Segment Open

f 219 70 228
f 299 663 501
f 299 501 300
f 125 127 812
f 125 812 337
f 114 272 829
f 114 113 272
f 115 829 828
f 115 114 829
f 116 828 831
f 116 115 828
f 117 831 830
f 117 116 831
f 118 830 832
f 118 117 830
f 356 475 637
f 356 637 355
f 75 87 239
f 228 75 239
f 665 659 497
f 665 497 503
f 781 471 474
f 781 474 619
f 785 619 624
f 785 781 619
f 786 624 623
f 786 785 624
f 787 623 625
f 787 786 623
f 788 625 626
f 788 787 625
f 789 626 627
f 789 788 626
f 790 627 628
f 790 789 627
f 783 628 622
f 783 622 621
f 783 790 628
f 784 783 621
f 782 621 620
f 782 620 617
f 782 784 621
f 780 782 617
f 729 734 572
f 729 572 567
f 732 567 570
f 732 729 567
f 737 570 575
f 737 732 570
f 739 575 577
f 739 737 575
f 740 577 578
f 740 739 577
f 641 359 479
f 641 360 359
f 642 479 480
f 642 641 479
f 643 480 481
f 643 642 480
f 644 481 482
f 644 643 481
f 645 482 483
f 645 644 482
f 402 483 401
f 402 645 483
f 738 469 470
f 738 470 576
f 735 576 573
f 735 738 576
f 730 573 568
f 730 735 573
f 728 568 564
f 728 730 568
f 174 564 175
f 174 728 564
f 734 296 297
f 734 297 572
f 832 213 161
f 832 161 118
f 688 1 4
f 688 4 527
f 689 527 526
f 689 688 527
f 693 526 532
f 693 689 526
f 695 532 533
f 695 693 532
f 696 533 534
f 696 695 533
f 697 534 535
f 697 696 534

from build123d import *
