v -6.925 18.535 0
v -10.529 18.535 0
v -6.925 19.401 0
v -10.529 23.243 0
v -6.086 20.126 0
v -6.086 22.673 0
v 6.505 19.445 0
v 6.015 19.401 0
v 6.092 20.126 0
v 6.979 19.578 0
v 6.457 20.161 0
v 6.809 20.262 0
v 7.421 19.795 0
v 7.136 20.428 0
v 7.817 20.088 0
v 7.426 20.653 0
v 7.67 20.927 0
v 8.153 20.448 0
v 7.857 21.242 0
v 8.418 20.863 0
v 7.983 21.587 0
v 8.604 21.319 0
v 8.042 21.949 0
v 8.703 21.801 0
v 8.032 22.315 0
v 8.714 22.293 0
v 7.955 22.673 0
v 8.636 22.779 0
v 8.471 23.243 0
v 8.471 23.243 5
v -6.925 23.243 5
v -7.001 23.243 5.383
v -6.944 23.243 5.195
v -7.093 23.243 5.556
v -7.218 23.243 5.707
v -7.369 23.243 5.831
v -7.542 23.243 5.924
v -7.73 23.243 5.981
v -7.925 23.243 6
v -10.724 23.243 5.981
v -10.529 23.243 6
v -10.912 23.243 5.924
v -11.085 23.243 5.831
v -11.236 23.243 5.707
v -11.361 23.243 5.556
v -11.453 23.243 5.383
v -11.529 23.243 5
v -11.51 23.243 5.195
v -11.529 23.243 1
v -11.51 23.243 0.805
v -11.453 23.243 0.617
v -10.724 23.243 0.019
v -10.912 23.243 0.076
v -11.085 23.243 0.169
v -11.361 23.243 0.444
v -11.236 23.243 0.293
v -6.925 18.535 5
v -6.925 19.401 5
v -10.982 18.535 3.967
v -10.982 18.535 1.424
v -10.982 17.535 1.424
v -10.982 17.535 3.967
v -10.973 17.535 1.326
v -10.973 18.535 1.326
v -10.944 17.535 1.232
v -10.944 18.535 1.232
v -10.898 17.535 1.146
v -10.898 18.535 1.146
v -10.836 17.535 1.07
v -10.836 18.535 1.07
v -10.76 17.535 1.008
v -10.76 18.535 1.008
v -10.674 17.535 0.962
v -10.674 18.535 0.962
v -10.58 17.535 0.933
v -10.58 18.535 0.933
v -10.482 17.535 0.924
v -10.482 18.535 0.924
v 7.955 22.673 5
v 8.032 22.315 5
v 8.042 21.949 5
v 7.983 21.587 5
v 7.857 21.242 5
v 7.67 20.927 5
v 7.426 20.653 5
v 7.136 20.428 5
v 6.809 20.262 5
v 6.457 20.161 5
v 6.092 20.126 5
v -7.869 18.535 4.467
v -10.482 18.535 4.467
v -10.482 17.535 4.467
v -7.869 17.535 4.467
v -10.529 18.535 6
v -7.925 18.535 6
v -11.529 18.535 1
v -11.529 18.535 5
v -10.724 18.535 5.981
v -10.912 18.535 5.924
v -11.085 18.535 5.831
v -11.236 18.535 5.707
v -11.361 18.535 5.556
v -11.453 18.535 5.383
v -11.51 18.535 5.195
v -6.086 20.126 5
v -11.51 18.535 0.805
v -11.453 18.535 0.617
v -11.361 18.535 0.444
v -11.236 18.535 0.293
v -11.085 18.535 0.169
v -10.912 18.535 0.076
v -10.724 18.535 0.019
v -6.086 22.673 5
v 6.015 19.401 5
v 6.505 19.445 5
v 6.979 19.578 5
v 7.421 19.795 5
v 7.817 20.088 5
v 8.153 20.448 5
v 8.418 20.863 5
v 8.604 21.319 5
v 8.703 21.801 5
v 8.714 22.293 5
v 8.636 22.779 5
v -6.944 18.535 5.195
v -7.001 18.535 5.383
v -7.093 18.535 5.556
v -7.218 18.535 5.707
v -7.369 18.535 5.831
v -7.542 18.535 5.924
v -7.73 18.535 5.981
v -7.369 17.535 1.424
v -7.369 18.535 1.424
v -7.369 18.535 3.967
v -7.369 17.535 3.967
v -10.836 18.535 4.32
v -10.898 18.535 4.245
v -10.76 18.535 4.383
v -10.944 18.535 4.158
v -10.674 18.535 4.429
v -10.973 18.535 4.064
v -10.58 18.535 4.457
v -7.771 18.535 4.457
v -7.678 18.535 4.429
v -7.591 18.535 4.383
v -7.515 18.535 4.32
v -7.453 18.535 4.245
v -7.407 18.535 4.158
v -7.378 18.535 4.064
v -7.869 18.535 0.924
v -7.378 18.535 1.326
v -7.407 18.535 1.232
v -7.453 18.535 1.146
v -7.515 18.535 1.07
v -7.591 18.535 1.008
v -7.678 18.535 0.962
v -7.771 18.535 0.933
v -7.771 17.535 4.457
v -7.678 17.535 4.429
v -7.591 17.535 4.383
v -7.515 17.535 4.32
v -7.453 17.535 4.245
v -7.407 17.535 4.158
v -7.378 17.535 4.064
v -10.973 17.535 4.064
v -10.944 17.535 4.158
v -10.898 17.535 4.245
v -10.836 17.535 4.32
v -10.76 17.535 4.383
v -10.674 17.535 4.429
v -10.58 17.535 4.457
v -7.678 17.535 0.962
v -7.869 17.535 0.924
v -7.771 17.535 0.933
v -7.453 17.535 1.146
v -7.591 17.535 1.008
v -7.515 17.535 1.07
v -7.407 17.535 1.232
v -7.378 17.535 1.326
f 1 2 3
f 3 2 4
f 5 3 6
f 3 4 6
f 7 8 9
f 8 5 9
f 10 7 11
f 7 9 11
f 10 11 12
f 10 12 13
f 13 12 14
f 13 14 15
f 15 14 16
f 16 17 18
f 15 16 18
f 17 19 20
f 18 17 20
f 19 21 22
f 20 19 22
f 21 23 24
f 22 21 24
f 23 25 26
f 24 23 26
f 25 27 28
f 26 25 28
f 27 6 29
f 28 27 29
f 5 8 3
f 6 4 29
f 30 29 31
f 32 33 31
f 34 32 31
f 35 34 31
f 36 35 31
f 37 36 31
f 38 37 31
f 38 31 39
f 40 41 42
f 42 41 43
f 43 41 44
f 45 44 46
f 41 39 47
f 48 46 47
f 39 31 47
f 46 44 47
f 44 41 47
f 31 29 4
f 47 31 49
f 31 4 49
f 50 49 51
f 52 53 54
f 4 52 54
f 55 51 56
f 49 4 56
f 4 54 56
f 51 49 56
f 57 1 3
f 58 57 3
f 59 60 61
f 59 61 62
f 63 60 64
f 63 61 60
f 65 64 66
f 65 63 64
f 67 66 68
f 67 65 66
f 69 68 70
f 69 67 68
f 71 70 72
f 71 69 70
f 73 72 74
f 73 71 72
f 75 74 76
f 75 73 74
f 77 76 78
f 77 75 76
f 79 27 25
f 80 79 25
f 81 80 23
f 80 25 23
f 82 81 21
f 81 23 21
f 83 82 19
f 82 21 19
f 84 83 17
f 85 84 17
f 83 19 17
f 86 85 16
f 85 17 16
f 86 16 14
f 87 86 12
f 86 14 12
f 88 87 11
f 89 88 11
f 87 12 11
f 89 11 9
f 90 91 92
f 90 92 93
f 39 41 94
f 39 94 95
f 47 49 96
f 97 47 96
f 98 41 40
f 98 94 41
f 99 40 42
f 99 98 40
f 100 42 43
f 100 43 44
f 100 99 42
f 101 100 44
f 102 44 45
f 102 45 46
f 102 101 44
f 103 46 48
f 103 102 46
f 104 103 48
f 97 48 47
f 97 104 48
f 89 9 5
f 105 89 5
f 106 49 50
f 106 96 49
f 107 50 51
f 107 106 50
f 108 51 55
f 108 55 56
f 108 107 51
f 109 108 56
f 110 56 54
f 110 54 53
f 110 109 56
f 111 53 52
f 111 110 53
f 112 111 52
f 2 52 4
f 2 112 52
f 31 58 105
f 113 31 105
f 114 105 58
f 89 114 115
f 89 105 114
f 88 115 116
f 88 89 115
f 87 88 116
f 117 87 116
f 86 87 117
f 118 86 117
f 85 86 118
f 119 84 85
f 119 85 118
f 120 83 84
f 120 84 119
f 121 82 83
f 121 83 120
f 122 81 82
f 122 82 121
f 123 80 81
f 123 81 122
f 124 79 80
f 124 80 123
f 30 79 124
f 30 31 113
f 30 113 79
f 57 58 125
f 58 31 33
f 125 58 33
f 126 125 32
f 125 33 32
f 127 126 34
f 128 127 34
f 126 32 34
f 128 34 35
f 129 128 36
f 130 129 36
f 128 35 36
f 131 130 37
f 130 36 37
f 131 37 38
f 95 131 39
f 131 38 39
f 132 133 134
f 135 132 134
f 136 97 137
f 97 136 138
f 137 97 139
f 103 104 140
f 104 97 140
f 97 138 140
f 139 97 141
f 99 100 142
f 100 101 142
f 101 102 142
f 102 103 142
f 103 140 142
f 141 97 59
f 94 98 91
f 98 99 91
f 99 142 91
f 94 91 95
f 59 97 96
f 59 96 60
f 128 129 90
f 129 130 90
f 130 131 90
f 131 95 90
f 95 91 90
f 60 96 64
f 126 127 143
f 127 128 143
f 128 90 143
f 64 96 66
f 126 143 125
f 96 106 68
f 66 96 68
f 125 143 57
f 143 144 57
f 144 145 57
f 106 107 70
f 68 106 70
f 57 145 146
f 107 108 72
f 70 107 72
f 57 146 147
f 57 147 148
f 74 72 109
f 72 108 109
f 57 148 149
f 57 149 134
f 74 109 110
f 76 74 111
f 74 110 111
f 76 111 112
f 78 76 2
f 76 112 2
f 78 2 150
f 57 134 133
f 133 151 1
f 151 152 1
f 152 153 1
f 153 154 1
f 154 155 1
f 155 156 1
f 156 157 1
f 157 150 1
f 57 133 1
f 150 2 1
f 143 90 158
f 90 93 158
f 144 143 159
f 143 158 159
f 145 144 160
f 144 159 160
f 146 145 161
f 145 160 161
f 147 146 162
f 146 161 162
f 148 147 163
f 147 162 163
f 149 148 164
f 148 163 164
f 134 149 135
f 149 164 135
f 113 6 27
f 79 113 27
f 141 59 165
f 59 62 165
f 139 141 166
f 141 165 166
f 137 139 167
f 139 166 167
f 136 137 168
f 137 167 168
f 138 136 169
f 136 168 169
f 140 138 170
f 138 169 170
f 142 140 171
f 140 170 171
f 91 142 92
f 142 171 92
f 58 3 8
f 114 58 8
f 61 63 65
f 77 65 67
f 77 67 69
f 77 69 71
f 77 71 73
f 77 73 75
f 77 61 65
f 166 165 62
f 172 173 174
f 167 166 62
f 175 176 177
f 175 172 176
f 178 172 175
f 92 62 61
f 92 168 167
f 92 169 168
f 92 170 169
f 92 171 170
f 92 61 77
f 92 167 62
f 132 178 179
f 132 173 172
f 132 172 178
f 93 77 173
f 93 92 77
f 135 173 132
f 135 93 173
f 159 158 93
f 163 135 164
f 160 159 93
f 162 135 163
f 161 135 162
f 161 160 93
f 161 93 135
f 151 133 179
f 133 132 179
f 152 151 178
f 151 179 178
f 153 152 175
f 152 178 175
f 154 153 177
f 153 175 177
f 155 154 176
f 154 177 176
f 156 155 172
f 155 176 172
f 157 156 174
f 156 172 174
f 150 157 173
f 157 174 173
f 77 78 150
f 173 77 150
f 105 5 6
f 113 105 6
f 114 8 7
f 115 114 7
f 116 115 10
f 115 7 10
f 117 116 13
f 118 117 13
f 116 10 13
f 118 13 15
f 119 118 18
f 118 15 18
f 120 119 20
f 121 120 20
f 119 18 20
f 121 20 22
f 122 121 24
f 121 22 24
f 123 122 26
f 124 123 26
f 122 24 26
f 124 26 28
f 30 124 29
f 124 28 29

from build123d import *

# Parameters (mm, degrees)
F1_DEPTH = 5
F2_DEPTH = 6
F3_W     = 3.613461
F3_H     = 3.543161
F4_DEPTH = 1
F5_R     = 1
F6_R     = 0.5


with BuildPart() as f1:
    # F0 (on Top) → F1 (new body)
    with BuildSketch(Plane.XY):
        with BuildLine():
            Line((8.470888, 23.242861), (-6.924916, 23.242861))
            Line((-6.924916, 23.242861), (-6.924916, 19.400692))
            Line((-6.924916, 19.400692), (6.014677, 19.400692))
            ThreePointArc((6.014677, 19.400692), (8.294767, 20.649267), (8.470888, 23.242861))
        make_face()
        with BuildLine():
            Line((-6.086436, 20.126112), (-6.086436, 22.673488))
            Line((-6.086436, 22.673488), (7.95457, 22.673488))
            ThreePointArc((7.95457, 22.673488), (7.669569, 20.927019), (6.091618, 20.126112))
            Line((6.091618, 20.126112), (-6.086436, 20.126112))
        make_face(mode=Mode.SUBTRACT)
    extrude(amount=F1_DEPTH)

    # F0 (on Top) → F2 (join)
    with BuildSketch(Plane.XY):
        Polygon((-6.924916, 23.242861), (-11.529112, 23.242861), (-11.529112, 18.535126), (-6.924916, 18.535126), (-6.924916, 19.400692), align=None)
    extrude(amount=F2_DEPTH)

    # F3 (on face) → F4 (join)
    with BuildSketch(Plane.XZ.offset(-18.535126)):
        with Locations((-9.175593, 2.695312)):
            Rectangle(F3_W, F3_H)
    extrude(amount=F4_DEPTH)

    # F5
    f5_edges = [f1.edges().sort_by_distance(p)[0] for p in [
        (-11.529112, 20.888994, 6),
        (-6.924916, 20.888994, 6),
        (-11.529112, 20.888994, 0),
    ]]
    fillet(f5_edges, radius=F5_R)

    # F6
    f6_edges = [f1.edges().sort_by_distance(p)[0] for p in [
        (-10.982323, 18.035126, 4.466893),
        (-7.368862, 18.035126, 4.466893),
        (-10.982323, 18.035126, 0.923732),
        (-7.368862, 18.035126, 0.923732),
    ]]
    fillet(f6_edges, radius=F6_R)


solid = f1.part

Segment Closed
Segment Open

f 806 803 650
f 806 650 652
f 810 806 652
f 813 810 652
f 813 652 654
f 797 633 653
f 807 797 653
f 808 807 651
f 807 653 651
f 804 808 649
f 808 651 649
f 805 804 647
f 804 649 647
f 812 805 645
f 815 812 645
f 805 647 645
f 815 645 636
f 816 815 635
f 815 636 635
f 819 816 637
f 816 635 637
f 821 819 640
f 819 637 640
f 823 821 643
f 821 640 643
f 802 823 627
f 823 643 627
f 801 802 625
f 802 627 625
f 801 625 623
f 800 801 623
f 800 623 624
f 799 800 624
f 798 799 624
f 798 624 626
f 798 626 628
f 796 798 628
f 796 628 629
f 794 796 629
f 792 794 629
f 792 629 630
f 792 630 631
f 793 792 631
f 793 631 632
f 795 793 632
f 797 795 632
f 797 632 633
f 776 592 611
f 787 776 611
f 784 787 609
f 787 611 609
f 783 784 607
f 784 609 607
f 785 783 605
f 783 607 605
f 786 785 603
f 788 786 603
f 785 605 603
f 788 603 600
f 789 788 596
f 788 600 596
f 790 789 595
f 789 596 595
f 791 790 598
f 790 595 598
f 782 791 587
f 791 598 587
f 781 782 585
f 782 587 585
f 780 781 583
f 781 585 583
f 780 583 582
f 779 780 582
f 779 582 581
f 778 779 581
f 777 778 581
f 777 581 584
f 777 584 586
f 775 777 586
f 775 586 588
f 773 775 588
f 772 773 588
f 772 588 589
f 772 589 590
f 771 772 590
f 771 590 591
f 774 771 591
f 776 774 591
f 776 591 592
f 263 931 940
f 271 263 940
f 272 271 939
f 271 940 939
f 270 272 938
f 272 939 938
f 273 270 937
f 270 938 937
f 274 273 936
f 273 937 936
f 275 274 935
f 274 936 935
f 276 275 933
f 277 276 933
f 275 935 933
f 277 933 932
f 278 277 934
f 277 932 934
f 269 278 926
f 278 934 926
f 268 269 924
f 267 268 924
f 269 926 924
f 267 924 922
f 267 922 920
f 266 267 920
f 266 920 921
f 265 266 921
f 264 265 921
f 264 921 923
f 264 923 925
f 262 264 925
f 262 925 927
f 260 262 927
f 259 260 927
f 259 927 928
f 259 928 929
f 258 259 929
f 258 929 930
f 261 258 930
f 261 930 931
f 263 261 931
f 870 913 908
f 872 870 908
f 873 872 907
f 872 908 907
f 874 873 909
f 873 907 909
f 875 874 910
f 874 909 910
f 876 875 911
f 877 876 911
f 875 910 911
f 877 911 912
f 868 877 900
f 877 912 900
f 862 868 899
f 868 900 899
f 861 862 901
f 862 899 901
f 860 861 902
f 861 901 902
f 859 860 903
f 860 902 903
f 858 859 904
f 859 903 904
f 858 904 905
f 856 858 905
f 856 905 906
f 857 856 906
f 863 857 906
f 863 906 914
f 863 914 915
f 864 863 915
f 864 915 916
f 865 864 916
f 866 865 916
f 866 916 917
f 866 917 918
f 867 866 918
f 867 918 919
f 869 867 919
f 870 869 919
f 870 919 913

Segment Closed

_WHAT THE TASK REQUIRES_: The required answer is the run of lines above, starting at the line with "f 821 640 643" and ending at the line with "f 771 590 591", reproduced exactly with both ends.

_ANSWER BOX_:
f 821 640 643
f 802 823 627
f 823 643 627
f 801 802 625
f 802 627 625
f 801 625 623
f 800 801 623
f 800 623 624
f 799 800 624
f 798 799 624
f 798 624 626
f 798 626 628
f 796 798 628
f 796 628 629
f 794 796 629
f 792 794 629
f 792 629 630
f 792 630 631
f 793 792 631
f 793 631 632
f 795 793 632
f 797 795 632
f 797 632 633
f 776 592 611
f 787 776 611
f 784 787 609
f 787 611 609
f 783 784 607
f 784 609 607
f 785 783 605
f 783 607 605
f 786 785 603
f 788 786 603
f 785 605 603
f 788 603 600
f 789 788 596
f 788 600 596
f 790 789 595
f 789 596 595
f 791 790 598
f 790 595 598
f 782 791 587
f 791 598 587
f 781 782 585
f 782 587 585
f 780 781 583
f 781 585 583
f 780 583 582
f 779 780 582
f 779 582 581
f 778 779 581
f 777 778 581
f 777 581 584
f 777 584 586
f 775 777 586
f 775 586 588
f 773 775 588
f 772 773 588
f 772 588 589
f 772 589 590
f 771 772 590
f 771 590 591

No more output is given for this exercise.